### What to do
Please take the records that follow and repeat exactly the lines starting with the line with "f 387 385 384" and going on through the line with "f 446 443 447".

=== Section Start ===

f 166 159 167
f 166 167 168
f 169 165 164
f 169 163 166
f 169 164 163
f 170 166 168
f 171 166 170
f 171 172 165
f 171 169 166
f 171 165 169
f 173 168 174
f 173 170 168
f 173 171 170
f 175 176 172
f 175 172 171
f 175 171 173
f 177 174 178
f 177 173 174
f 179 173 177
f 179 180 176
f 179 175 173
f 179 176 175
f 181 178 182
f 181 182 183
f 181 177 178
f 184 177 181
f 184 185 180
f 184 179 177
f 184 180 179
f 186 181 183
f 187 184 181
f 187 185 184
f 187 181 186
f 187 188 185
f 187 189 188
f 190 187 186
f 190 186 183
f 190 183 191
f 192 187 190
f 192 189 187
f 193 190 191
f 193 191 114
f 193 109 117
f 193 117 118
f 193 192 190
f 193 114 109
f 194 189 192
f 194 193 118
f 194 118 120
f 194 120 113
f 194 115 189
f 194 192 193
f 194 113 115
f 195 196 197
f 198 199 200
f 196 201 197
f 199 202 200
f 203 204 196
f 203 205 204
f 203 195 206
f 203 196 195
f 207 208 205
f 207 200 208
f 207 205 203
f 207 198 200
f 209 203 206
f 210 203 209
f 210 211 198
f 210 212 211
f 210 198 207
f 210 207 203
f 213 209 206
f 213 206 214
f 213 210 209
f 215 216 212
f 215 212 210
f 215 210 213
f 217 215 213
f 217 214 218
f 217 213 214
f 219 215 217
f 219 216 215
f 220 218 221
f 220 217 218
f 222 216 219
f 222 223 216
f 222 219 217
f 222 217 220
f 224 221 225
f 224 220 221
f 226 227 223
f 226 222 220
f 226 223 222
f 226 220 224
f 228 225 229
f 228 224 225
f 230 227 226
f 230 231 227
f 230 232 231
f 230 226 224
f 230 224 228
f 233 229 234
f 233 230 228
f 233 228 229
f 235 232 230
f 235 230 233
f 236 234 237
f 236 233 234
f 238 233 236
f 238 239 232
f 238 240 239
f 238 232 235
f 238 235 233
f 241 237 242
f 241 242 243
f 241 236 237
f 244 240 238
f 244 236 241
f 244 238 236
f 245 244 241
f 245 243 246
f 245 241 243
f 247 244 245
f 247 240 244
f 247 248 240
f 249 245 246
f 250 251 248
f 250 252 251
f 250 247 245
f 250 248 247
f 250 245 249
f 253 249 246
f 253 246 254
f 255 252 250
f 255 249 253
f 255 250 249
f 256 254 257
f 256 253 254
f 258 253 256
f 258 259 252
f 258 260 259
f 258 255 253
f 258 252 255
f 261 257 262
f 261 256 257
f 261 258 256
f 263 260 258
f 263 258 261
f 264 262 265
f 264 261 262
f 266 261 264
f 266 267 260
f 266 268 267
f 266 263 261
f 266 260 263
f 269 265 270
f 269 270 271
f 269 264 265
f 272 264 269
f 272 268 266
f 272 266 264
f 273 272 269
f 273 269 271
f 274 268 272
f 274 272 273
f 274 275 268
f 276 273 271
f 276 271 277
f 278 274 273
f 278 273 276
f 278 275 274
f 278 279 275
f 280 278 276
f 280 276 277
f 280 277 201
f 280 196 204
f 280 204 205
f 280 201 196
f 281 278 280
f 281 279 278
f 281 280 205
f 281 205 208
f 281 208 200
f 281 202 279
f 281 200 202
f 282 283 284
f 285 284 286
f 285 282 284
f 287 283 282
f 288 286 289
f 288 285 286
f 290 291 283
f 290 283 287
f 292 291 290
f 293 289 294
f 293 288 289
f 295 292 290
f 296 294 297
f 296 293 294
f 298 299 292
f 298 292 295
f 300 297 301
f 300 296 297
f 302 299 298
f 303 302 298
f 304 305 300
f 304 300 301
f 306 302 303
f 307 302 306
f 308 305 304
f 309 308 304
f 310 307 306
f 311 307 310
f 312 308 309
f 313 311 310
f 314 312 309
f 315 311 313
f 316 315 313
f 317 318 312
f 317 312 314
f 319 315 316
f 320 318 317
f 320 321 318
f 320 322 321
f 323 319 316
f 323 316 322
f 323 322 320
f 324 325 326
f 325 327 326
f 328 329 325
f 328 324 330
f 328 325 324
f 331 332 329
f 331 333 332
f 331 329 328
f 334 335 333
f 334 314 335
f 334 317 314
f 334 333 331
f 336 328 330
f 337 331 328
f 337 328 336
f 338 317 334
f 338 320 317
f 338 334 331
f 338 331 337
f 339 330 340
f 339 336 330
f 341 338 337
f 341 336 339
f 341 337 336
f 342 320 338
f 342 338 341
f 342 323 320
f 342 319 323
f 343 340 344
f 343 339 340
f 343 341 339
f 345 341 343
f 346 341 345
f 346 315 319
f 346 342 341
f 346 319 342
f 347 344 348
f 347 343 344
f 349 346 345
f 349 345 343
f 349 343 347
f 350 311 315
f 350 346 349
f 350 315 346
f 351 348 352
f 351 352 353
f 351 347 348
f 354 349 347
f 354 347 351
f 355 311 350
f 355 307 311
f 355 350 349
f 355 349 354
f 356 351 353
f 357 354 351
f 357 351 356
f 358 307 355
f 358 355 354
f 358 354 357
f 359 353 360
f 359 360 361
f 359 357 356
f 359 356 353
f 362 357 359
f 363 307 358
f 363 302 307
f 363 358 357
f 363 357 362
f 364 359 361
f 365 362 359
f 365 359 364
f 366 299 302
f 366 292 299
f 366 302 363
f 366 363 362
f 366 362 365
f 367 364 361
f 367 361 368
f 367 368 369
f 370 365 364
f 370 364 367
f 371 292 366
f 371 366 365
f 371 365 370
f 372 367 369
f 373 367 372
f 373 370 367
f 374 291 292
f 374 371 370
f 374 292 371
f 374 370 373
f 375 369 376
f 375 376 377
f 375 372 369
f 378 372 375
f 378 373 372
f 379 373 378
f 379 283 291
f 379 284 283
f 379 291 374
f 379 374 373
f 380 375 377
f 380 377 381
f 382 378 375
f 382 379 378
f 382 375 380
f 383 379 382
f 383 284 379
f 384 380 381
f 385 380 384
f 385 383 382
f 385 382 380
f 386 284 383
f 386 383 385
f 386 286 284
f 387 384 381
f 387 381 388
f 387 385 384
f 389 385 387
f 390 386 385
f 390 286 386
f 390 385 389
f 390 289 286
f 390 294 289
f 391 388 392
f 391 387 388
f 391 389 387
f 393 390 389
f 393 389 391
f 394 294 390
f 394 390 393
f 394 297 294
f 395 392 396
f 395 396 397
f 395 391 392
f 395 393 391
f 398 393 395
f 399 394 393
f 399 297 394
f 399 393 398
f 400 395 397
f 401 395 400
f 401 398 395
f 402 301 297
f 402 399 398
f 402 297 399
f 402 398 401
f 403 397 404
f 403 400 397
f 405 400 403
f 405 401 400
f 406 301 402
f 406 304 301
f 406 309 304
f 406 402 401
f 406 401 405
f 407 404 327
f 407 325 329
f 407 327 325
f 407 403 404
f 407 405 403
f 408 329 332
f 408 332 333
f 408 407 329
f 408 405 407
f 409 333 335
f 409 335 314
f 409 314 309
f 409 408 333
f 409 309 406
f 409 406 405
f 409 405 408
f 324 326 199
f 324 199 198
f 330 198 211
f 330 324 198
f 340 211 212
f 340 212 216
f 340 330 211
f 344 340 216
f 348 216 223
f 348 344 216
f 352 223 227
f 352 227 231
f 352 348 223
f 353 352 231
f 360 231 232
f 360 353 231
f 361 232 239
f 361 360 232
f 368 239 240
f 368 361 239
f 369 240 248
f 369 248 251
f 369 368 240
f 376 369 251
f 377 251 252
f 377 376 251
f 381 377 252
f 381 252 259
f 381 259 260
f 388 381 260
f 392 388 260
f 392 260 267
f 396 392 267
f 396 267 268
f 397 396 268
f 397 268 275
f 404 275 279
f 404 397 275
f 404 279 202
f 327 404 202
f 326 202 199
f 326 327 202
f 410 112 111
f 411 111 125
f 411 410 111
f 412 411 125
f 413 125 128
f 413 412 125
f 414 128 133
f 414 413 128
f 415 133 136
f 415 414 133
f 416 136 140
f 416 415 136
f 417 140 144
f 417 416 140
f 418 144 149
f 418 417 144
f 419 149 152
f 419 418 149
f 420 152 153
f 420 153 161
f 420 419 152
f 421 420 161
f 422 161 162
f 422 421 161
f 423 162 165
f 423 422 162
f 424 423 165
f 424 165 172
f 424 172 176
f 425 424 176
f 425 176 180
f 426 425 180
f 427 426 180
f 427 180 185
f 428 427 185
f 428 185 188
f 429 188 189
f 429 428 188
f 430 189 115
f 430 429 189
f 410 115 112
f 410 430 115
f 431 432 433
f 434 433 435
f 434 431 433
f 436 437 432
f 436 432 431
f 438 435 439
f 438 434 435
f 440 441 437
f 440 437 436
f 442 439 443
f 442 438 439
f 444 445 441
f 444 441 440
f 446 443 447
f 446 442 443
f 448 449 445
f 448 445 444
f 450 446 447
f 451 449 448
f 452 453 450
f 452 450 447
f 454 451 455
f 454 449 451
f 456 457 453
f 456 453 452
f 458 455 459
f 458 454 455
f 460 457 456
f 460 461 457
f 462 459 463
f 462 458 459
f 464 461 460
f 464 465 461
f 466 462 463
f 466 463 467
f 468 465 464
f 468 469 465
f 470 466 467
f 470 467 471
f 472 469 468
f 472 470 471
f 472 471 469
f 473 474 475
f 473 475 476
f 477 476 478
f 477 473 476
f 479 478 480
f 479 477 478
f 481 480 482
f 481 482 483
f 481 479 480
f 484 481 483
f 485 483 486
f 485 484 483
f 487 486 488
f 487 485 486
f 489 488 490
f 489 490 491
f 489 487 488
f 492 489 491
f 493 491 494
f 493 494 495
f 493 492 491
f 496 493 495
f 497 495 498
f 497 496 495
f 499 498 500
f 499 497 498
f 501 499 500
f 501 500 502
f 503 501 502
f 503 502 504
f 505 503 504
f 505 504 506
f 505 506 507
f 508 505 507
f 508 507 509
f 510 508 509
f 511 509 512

=== Section End ===

### Answer to this problem
f 387 385 384
f 389 385 387
f 390 386 385
f 390 286 386
f 390 385 389
f 390 289 286
f 390 294 289
f 391 388 392
f 391 387 388
f 391 389 387
f 393 390 389
f 393 389 391
f 394 294 390
f 394 390 393
f 394 297 294
f 395 392 396
f 395 396 397
f 395 391 392
f 395 393 391
f 398 393 395
f 399 394 393
f 399 297 394
f 399 393 398
f 400 395 397
f 401 395 400
f 401 398 395
f 402 301 297
f 402 399 398
f 402 297 399
f 402 398 401
f 403 397 404
f 403 400 397
f 405 400 403
f 405 401 400
f 406 301 402
f 406 304 301
f 406 309 304
f 406 402 401
f 406 401 405
f 407 404 327
f 407 325 329
f 407 327 325
f 407 403 404
f 407 405 403
f 408 329 332
f 408 332 333
f 408 407 329
f 408 405 407
f 409 333 335
f 409 335 314
f 409 314 309
f 409 408 333
f 409 309 406
f 409 406 405
f 409 405 408
f 324 326 199
f 324 199 198
f 330 198 211
f 330 324 198
f 340 211 212
f 340 212 216
f 340 330 211
f 344 340 216
f 348 216 223
f 348 344 216
f 352 223 227
f 352 227 231
f 352 348 223
f 353 352 231
f 360 231 232
f 360 353 231
f 361 232 239
f 361 360 232
f 368 239 240
f 368 361 239
f 369 240 248
f 369 248 251
f 369 368 240
f 376 369 251
f 377 251 252
f 377 376 251
f 381 377 252
f 381 252 259
f 381 259 260
f 388 381 260
f 392 388 260
f 392 260 267
f 396 392 267
f 396 267 268
f 397 396 268
f 397 268 275
f 404 275 279
f 404 397 275
f 404 279 202
f 327 404 202
f 326 202 199
f 326 327 202
f 410 112 111
f 411 111 125
f 411 410 111
f 412 411 125
f 413 125 128
f 413 412 125
f 414 128 133
f 414 413 128
f 415 133 136
f 415 414 133
f 416 136 140
f 416 415 136
f 417 140 144
f 417 416 140
f 418 144 149
f 418 417 144
f 419 149 152
f 419 418 149
f 420 152 153
f 420 153 161
f 420 419 152
f 421 420 161
f 422 161 162
f 422 421 161
f 423 162 165
f 423 422 162
f 424 423 165
f 424 165 172
f 424 172 176
f 425 424 176
f 425 176 180
f 426 425 180
f 427 426 180
f 427 180 185
f 428 427 185
f 428 185 188
f 429 188 189
f 429 428 188
f 430 189 115
f 430 429 189
f 410 115 112
f 410 430 115
f 431 432 433
f 434 433 435
f 434 431 433
f 436 437 432
f 436 432 431
f 438 435 439
f 438 434 435
f 440 441 437
f 440 437 436
f 442 439 443
f 442 438 439
f 444 445 441
f 444 441 440
f 446 443 447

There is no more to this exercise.